■ **EXERCISE AIM**:
Lines in which "with" appears should be pulled from the data below.

■ **PROVIDED ENTRIES**:
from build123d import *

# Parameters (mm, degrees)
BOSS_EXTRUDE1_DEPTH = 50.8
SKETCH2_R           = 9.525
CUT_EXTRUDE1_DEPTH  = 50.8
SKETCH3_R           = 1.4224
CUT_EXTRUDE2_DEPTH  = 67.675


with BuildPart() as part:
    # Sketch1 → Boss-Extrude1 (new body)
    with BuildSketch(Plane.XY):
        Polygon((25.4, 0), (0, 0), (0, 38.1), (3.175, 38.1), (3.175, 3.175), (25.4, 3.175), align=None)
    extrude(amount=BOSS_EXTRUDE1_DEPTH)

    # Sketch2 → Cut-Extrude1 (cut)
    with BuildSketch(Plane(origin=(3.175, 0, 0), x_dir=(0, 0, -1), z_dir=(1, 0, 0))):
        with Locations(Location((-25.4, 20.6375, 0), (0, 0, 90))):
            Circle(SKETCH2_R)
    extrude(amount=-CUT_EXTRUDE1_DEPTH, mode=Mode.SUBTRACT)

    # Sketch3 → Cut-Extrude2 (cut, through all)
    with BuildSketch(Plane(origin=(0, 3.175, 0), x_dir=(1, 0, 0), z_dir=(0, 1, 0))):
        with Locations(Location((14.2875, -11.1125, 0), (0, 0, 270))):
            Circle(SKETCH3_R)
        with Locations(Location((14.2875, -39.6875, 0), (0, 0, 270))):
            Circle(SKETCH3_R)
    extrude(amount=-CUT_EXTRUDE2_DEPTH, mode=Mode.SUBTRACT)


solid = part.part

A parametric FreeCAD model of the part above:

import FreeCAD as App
import Part
import Sketcher
Q = App.Units.Quantity

doc = App.newDocument("Part")
body = doc.addObject("PartDesign::Body", "Body")

sketch1 = body.newObject("Sketcher::SketchObject", "Sketch")
sketch1.AttachmentSupport = (doc.getObject("XY_Plane"), [""])
sketch1.MapMode = "FlatFace"
sketch1.addGeometry([
    Part.LineSegment(App.Vector(0, 0, 0), App.Vector(25.4, 0, 0)),
    Part.LineSegment(App.Vector(25.4, 0, 0), App.Vector(25.4, 3.2, 0)),
    Part.LineSegment(App.Vector(25.4, 3.2, 0), App.Vector(3.2, 3.2, 0)),
    Part.LineSegment(App.Vector(3.2, 3.2, 0), App.Vector(3.2, 38.1, 0)),
    Part.LineSegment(App.Vector(3.2, 38.1, 0), App.Vector(0, 38.1, 0)),
    Part.LineSegment(App.Vector(0, 38.1, 0), App.Vector(0, 0, 0)),
], False)
sketch1.addConstraint([
    Sketcher.Constraint("Coincident", 0, 2, 1, 1),
    Sketcher.Constraint("Coincident", 1, 2, 2, 1),
    Sketcher.Constraint("Coincident", 2, 2, 3, 1),
    Sketcher.Constraint("Coincident", 3, 2, 4, 1),
    Sketcher.Constraint("Coincident", 4, 2, 5, 1),
    Sketcher.Constraint("Coincident", 5, 2, 0, 1),
    Sketcher.Constraint("Horizontal", 0),
    Sketcher.Constraint("Vertical", 1),
    Sketcher.Constraint("Horizontal", 2),
    Sketcher.Constraint("Vertical", 3),
    Sketcher.Constraint("Horizontal", 4),
    Sketcher.Constraint("Vertical", 5),
    Sketcher.Constraint("Coincident", 5, 2, -1, 1),
    Sketcher.Constraint("Equal", 4, 1),
    Sketcher.Constraint("DistanceX", 0, 1, 0, 2, Q("1 in")),
    Sketcher.Constraint("DistanceY", 5, 2, 5, 1, Q("1.5 in")),
    Sketcher.Constraint("DistanceX", 2, 2, 2, 1, Q("0.875 in")),
])
pad1 = body.newObject("PartDesign::Pad", "Pad")
pad1.Profile = sketch1
pad1.Length = Q("2 in")

sketch2 = body.newObject("Sketcher::SketchObject", "Sketch001")
sketch2.AttachmentSupport = (doc.getObject("YZ_Plane"), [""])
sketch2.MapMode = "FlatFace"
sketch2.AttachmentOffset = App.Placement(App.Vector(0, 0, 0.125 * 25.4), App.Rotation())
sketch2.addGeometry(Part.Circle(App.Vector(21, 25, 0), App.Vector(0, 0, 1), 10), False)
sketch2.addConstraint([
    Sketcher.Constraint("Diameter", 0, Q("0.75 in")),
    Sketcher.Constraint("DistanceY", -1, 1, 0, 3, Q("1 in")),
    Sketcher.Constraint("DistanceX", -1, 1, 0, 3, Q("0.8125 in")),
])
pocket1 = body.newObject("PartDesign::Pocket", "Pocket")
pocket1.Profile = sketch2
pocket1.Length = Q("2 in")

sketch3 = body.newObject("Sketcher::SketchObject", "Sketch002")
sketch3.AttachmentSupport = (doc.getObject("XZ_Plane"), [""])
sketch3.MapMode = "FlatFace"
sketch3.AttachmentOffset = App.Placement(App.Vector(0, 0, -0.125 * 25.4), App.Rotation())
sketch3.addGeometry([
    Part.Circle(App.Vector(14.3, 11.1, 0), App.Vector(0, 0, 1), 1.4),
    Part.Circle(App.Vector(14.3, 39.7, 0), App.Vector(0, 0, 1), 1.4),
], False)
sketch3.addConstraint([
    Sketcher.Constraint("Equal", 0, 1),
    Sketcher.Constraint("Vertical", 0, 3, 1, 3),
    Sketcher.Constraint("Diameter", 0, Q("0.112 in")),
    Sketcher.Constraint("DistanceX", -1, 1, 0, 3, Q("0.5625 in")),
    Sketcher.Constraint("DistanceY", -1, 1, 0, 3, Q("0.4375 in")),
    Sketcher.Constraint("DistanceY", -1, 1, 1, 3, Q("1.5625 in")),
])
pocket2 = body.newObject("PartDesign::Pocket", "Pocket001")
pocket2.Profile = sketch3
pocket2.Type = "ThroughAll"
pocket2.Reversed = True

doc.recompute()
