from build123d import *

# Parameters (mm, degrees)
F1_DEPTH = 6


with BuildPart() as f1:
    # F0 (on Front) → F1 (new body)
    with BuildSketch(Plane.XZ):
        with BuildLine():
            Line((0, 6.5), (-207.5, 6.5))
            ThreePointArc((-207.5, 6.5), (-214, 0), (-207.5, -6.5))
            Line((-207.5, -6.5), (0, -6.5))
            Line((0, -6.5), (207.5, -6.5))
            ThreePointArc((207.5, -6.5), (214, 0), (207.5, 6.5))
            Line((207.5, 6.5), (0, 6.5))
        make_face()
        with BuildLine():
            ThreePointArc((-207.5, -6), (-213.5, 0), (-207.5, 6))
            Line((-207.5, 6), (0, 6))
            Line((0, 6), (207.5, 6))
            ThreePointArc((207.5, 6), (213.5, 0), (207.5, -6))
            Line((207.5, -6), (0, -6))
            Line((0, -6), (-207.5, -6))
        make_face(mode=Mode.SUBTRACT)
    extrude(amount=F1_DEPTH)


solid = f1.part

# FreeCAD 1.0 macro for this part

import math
import FreeCAD as App
import Part
import Sketcher
from FreeCAD import Vector

doc = App.newDocument("Part")
body = doc.addObject("PartDesign::Body", "Body")

sketch1 = body.newObject("Sketcher::SketchObject", "Sketch")
sketch1.AttachmentSupport = (doc.getObject("XZ_Plane"), [""])
sketch1.MapMode = "FlatFace"
sketch1.addGeometry([
    Part.ArcOfCircle(Part.Circle(Vector(-208, 0, 0), Vector(0, 0, 1), 6), math.radians(90), math.radians(270)),
    Part.LineSegment(Vector(-208, -6, 0), Vector(208, -6, 0)),
    Part.ArcOfCircle(Part.Circle(Vector(208, 0, 0), Vector(0, 0, 1), 6), math.radians(-90), math.radians(90)),
    Part.LineSegment(Vector(208, 6, 0), Vector(-208, 6, 0)),
    Part.LineSegment(Vector(208, -6, 0), Vector(-208, -6, 0)),
    Part.ArcOfCircle(Part.Circle(Vector(-208, 0, 0), Vector(0, 0, 1), 6), math.radians(90), math.radians(270)),
    Part.LineSegment(Vector(-208, 6, 0), Vector(208, 6, 0)),
    Part.ArcOfCircle(Part.Circle(Vector(208, 0, 0), Vector(0, 0, 1), 6), math.radians(-90), math.radians(90)),
], False)
sketch1.addConstraint([
    Sketcher.Constraint("Tangent", 0, 2, 1, 1),
    Sketcher.Constraint("Tangent", 1, 2, 2, 1),
    Sketcher.Constraint("Tangent", 2, 2, 3, 1),
    Sketcher.Constraint("Tangent", 3, 2, 0, 1),
    Sketcher.Constraint("Tangent", 4, 2, 5, 2),
    Sketcher.Constraint("Tangent", 5, 1, 6, 1),
    Sketcher.Constraint("Tangent", 6, 2, 7, 2),
    Sketcher.Constraint("Tangent", 7, 1, 4, 1),
    Sketcher.Constraint("Horizontal", 1),
    Sketcher.Constraint("Horizontal", 3),
    Sketcher.Constraint("Horizontal", 4),
    Sketcher.Constraint("Horizontal", 6),
    Sketcher.Constraint("Coincident", 5, 3, 0, 3),
    Sketcher.Constraint("Symmetric", 0, 3, 2, 3, -1, 1),
    Sketcher.Constraint("Vertical", 7, 3, 1, 2),
    Sketcher.Constraint("Radius", 5, 6.0),
    Sketcher.Constraint("Radius", 0, 6.5),
    Sketcher.Constraint("DistanceX", 1, 1, 1, 2, 415.0),
])
pad1 = body.newObject("PartDesign::Pad", "Pad")
pad1.Profile = sketch1
pad1.Length = 6

doc.recompute()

■ **TASK OUTPUT**:
with BuildPart() as part:
    with BuildSketch(Plane.XY):
    with BuildSketch(Plane(origin=(3.175, 0, 0), x_dir=(0, 0, -1), z_dir=(1, 0, 0))):
        with Locations(Location((-25.4, 20.6375, 0), (0, 0, 90))):
    with BuildSketch(Plane(origin=(0, 3.175, 0), x_dir=(1, 0, 0), z_dir=(0, 1, 0))):
        with Locations(Location((14.2875, -11.1125, 0), (0, 0, 270))):
        with Locations(Location((14.2875, -39.6875, 0), (0, 0, 270))):
with BuildPart() as f1:
    with BuildSketch(Plane.XZ):
        with BuildLine():
        with BuildLine():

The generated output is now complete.